# Best way to jig up for Halving Joints



## Rookie702 (Mar 1, 2012)

Would anybody have any suggestion on how to best set up some kind of jig to create some halving joints to create a grid type structure. I'll only be using 1/4" to 3/8 square pieces of wood but would like to make the grid as accurate as possible. Please see example of picture


----------



## Bobmedic (Sep 24, 2010)

Dedicated dado sled on the table saw with a stop block. Or a miter gauge with a sacrificial fence and a stop block.


----------



## Loren (May 30, 2008)

Radial arm saw. There's an old FWW article on making shoji screens
using a RAS by a guy who does them for a living.
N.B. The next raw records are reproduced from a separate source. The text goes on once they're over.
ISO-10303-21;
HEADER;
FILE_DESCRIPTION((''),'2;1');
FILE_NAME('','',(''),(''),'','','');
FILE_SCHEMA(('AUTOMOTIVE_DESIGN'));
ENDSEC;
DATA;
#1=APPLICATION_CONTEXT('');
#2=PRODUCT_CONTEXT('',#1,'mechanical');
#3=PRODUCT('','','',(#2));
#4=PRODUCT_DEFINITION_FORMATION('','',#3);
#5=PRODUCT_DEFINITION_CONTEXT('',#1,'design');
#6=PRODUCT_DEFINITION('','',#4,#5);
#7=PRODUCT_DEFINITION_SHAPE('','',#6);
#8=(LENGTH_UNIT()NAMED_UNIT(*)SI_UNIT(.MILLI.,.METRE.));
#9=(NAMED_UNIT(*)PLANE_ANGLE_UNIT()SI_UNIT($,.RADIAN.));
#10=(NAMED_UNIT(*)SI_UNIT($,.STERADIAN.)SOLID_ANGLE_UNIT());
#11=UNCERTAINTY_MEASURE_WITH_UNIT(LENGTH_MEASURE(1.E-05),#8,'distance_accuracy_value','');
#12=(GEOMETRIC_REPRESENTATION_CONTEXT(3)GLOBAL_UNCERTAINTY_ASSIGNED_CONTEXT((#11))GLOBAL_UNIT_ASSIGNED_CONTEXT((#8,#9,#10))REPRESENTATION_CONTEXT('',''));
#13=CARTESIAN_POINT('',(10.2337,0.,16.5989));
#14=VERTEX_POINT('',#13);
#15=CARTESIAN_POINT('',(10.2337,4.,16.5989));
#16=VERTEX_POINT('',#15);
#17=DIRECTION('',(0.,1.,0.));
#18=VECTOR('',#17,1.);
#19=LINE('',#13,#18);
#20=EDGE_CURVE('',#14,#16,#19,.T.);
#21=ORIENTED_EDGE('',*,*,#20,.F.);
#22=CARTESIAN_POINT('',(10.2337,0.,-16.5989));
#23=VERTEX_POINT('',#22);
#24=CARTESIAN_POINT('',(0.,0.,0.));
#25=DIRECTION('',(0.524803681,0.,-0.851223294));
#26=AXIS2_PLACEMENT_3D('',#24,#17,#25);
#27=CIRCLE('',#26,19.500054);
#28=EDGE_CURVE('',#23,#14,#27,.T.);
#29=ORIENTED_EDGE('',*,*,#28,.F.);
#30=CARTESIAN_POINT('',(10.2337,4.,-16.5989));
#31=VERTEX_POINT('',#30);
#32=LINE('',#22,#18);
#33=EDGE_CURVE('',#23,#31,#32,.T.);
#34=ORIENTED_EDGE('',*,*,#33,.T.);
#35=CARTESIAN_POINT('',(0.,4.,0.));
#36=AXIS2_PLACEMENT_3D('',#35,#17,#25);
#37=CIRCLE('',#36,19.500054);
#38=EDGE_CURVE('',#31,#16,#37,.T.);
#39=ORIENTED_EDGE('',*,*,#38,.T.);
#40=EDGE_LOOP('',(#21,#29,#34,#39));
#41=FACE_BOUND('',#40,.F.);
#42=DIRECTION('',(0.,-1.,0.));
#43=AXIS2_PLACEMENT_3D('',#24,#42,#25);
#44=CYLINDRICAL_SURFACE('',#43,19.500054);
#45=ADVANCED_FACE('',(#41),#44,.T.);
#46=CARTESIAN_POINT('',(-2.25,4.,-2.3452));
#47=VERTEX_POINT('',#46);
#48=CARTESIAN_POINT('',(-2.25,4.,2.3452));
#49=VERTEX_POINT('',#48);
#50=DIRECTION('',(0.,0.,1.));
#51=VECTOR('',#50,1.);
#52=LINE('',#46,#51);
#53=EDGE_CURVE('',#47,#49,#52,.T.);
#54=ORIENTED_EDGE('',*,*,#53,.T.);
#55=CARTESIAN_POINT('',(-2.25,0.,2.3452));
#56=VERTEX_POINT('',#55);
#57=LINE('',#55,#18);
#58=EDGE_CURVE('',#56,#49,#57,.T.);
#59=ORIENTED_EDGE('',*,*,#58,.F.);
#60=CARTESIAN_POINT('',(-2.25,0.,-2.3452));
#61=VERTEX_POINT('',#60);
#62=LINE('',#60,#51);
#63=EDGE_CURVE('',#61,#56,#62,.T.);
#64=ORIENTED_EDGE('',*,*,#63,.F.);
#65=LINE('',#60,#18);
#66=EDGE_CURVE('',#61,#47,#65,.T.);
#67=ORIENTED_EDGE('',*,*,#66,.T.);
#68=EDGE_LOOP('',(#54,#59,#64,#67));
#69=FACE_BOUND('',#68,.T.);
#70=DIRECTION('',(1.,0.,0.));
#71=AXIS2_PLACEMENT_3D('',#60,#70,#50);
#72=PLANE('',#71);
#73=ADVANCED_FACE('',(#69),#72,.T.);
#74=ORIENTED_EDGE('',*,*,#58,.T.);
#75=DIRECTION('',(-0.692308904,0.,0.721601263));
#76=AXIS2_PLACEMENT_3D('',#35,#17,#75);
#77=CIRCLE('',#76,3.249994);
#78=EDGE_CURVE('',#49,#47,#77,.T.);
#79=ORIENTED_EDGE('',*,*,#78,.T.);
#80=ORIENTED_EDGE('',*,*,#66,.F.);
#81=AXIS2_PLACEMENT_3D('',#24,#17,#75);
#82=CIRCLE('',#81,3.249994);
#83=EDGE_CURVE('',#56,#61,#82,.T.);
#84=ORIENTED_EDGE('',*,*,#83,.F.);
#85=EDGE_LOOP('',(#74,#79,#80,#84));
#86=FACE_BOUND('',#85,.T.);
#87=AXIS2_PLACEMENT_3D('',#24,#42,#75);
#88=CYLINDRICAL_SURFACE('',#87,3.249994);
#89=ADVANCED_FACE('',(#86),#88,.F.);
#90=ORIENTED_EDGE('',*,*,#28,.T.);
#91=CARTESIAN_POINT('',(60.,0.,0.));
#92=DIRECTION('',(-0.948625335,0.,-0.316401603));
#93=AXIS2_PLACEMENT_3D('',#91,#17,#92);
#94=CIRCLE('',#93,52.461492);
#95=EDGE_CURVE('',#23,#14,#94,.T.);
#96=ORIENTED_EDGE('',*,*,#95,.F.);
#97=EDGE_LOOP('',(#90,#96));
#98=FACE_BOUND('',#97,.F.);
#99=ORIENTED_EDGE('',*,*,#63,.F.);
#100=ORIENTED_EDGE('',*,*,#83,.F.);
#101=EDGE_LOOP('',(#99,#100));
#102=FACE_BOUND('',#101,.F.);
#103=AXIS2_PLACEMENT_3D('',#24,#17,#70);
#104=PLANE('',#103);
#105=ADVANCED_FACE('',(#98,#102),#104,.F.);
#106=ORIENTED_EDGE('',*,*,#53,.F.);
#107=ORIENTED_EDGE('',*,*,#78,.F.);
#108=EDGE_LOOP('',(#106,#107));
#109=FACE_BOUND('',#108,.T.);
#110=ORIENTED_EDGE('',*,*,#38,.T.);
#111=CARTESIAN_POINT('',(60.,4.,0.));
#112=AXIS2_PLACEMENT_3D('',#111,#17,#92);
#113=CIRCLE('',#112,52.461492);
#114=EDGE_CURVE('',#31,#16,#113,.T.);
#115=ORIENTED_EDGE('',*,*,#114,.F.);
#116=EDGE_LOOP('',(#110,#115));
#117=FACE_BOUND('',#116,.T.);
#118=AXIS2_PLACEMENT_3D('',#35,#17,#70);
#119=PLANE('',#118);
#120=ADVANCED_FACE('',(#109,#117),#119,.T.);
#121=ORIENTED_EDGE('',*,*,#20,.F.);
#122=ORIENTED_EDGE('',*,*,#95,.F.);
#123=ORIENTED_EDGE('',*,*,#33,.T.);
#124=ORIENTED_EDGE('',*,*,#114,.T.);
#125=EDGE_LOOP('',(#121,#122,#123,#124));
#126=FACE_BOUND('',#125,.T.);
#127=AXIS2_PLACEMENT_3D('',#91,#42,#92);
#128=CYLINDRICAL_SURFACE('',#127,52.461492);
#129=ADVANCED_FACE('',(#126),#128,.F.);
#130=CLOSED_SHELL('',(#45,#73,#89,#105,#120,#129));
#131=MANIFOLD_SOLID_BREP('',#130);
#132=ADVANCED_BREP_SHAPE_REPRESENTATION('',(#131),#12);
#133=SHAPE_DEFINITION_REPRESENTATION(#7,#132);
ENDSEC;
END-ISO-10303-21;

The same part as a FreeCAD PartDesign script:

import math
import FreeCAD as App
import Part
import Sketcher

doc = App.newDocument("Part")
body = doc.addObject("PartDesign::Body", "Body")

# Sketch on XZ plane
sketch1 = body.newObject("Sketcher::SketchObject", "Sketch")
sketch1.AttachmentSupport = (doc.getObject("XZ_Plane"), [""])
sketch1.MapMode = "FlatFace"
sketch1.addGeometry([
    Part.ArcOfCircle(Part.Circle(App.Vector(60, 0, 0), App.Vector(0, 0, 1), 52.461492), math.radians(161.554552), math.radians(198.445448)),
    Part.ArcOfCircle(Part.Circle(App.Vector(0, 0, 0), App.Vector(0, 0, 1), 19.500054), math.radians(58.344972), math.radians(301.655028)),
    Part.LineSegment(App.Vector(-2.25, 2.3452, 0), App.Vector(-2.25, -2.3452, 0)),
    Part.ArcOfCircle(Part.Circle(App.Vector(0, 0, 0), App.Vector(0, 0, 1), 3.249994), math.radians(-133.813158), math.radians(133.813158)),
], False)
sketch1.addConstraint([
    Sketcher.Constraint("Coincident", 0, 1, 1, 1),
    Sketcher.Constraint("Coincident", 1, 2, 0, 2),
    Sketcher.Constraint("Coincident", 2, 1, 3, 2),
    Sketcher.Constraint("Coincident", 3, 1, 2, 2),
    Sketcher.Constraint("Vertical", 2),
    Sketcher.Constraint("Coincident", 1, 3, -1, 1),
    Sketcher.Constraint("Coincident", 3, 3, -1, 1),
    Sketcher.Constraint("PointOnObject", 0, 3, -1),
    Sketcher.Constraint("Radius", 1, 19.5),
    Sketcher.Constraint("Radius", 3, 3.25),
    Sketcher.Constraint("DistanceX", -1, 1, 0, 3, 60.0),
    Sketcher.Constraint("Radius", 0, 52.4615),
    Sketcher.Constraint("DistanceX", 2, 1, -1, 1, 2.25),
])
pad1 = body.newObject("PartDesign::Pad", "Pad")
pad1.Profile = sketch1
pad1.Length = 4
pad1.Reversed = True

doc.recompute()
He had it
worked out really well.

You could do it on the table saw too but the RAS method has
gravity holding the parts down more or less so it was easier
to make the joints at the ends of, for example, a stack of
8' sticks. Such end cuts are not the easiest to make on a 
table saw.

You can cut them by hand too the way the old timers do…
it goes pretty quick in such small cross sections. Knock out
the waste with a couple of chisel taps.


----------



## chrisstef (Mar 3, 2010)

You could use a wider material and cross cut the kerf into it then rip to size. This way they would be uniform throughout.


----------